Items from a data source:

------------------------------------------------------------------------

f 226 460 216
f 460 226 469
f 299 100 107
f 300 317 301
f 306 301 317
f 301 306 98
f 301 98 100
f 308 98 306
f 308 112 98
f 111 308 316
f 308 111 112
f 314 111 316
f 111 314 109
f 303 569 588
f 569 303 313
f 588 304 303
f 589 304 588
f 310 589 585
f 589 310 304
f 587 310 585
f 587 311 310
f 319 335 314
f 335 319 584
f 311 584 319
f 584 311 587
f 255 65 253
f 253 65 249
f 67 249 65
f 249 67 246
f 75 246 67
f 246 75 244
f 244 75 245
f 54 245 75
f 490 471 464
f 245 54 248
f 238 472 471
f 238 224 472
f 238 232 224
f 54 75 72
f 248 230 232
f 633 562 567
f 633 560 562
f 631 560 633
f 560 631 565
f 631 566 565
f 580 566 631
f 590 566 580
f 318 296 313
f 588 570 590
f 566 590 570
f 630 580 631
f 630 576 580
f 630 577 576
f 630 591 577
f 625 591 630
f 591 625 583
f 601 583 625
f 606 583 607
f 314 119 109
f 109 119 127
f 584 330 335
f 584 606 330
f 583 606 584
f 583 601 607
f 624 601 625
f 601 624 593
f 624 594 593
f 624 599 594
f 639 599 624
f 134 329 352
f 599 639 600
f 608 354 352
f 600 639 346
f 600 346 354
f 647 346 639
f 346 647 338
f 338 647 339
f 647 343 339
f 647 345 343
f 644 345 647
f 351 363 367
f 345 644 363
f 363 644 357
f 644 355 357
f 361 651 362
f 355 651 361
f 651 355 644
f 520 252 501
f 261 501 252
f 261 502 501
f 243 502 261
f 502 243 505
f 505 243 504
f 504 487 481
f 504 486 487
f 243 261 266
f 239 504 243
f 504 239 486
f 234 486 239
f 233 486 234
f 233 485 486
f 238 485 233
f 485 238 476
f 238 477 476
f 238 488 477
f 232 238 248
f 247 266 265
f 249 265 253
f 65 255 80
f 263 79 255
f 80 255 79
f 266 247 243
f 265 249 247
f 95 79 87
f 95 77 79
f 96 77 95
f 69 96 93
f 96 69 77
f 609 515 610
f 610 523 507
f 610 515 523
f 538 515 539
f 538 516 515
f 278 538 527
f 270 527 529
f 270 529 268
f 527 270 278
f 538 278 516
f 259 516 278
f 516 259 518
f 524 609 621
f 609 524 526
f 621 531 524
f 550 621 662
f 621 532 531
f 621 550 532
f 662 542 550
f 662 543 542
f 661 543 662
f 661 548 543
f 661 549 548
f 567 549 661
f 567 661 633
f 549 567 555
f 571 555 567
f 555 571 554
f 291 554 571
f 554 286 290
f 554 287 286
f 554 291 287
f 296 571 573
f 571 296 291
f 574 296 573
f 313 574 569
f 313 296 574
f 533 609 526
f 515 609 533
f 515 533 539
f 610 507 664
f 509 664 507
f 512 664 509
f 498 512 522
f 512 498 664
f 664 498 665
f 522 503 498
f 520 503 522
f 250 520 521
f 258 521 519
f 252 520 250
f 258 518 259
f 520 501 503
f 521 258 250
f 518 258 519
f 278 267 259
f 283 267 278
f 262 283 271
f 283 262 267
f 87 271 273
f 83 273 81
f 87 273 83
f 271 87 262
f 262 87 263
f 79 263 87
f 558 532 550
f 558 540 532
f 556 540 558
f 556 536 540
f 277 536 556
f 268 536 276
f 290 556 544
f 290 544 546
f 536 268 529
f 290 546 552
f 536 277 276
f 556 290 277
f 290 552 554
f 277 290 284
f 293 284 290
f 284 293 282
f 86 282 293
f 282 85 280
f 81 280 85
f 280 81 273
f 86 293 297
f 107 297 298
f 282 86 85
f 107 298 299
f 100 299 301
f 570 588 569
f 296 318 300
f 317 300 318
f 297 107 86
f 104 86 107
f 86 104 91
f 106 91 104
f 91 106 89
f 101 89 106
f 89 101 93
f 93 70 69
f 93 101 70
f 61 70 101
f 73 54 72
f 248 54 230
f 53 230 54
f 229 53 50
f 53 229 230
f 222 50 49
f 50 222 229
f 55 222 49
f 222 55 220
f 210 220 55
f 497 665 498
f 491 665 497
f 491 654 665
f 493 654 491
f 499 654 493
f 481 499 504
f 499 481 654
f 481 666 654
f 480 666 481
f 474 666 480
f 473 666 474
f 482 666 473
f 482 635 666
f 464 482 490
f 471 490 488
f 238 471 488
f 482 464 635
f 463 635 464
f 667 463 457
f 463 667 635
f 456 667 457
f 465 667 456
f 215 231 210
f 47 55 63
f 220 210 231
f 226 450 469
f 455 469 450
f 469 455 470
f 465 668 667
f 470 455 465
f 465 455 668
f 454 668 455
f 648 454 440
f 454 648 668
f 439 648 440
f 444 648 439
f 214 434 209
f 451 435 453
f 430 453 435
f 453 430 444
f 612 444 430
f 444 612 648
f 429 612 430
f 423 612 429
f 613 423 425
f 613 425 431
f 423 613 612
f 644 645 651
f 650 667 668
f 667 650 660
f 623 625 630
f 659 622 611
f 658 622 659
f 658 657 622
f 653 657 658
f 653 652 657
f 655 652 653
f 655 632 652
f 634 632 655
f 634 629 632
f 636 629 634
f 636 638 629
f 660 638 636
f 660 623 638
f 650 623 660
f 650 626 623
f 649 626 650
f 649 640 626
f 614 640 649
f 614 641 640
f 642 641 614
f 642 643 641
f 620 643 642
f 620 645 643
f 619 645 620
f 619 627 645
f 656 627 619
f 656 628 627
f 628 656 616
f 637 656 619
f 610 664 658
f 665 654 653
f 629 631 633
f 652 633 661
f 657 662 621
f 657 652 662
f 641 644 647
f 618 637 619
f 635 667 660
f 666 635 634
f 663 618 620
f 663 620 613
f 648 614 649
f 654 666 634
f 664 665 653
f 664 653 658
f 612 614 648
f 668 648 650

------------------------------------------------------------------------

Take the line holding "f 220 210 231" and the lines after it through the end of the entries. Retype them exactly and add nothing.

# Answer space
f 220 210 231
f 226 450 469
f 455 469 450
f 469 455 470
f 465 668 667
f 470 455 465
f 465 455 668
f 454 668 455
f 648 454 440
f 454 648 668
f 439 648 440
f 444 648 439
f 214 434 209
f 451 435 453
f 430 453 435
f 453 430 444
f 612 444 430
f 444 612 648
f 429 612 430
f 423 612 429
f 613 423 425
f 613 425 431
f 423 613 612
f 644 645 651
f 650 667 668
f 667 650 660
f 623 625 630
f 659 622 611
f 658 622 659
f 658 657 622
f 653 657 658
f 653 652 657
f 655 652 653
f 655 632 652
f 634 632 655
f 634 629 632
f 636 629 634
f 636 638 629
f 660 638 636
f 660 623 638
f 650 623 660
f 650 626 623
f 649 626 650
f 649 640 626
f 614 640 649
f 614 641 640
f 642 641 614
f 642 643 641
f 620 643 642
f 620 645 643
f 619 645 620
f 619 627 645
f 656 627 619
f 656 628 627
f 628 656 616
f 637 656 619
f 610 664 658
f 665 654 653
f 629 631 633
f 652 633 661
f 657 662 621
f 657 652 662
f 641 644 647
f 618 637 619
f 635 667 660
f 666 635 634
f 663 618 620
f 663 620 613
f 648 614 649
f 654 666 634
f 664 665 653
f 664 653 658
f 612 614 648
f 668 648 650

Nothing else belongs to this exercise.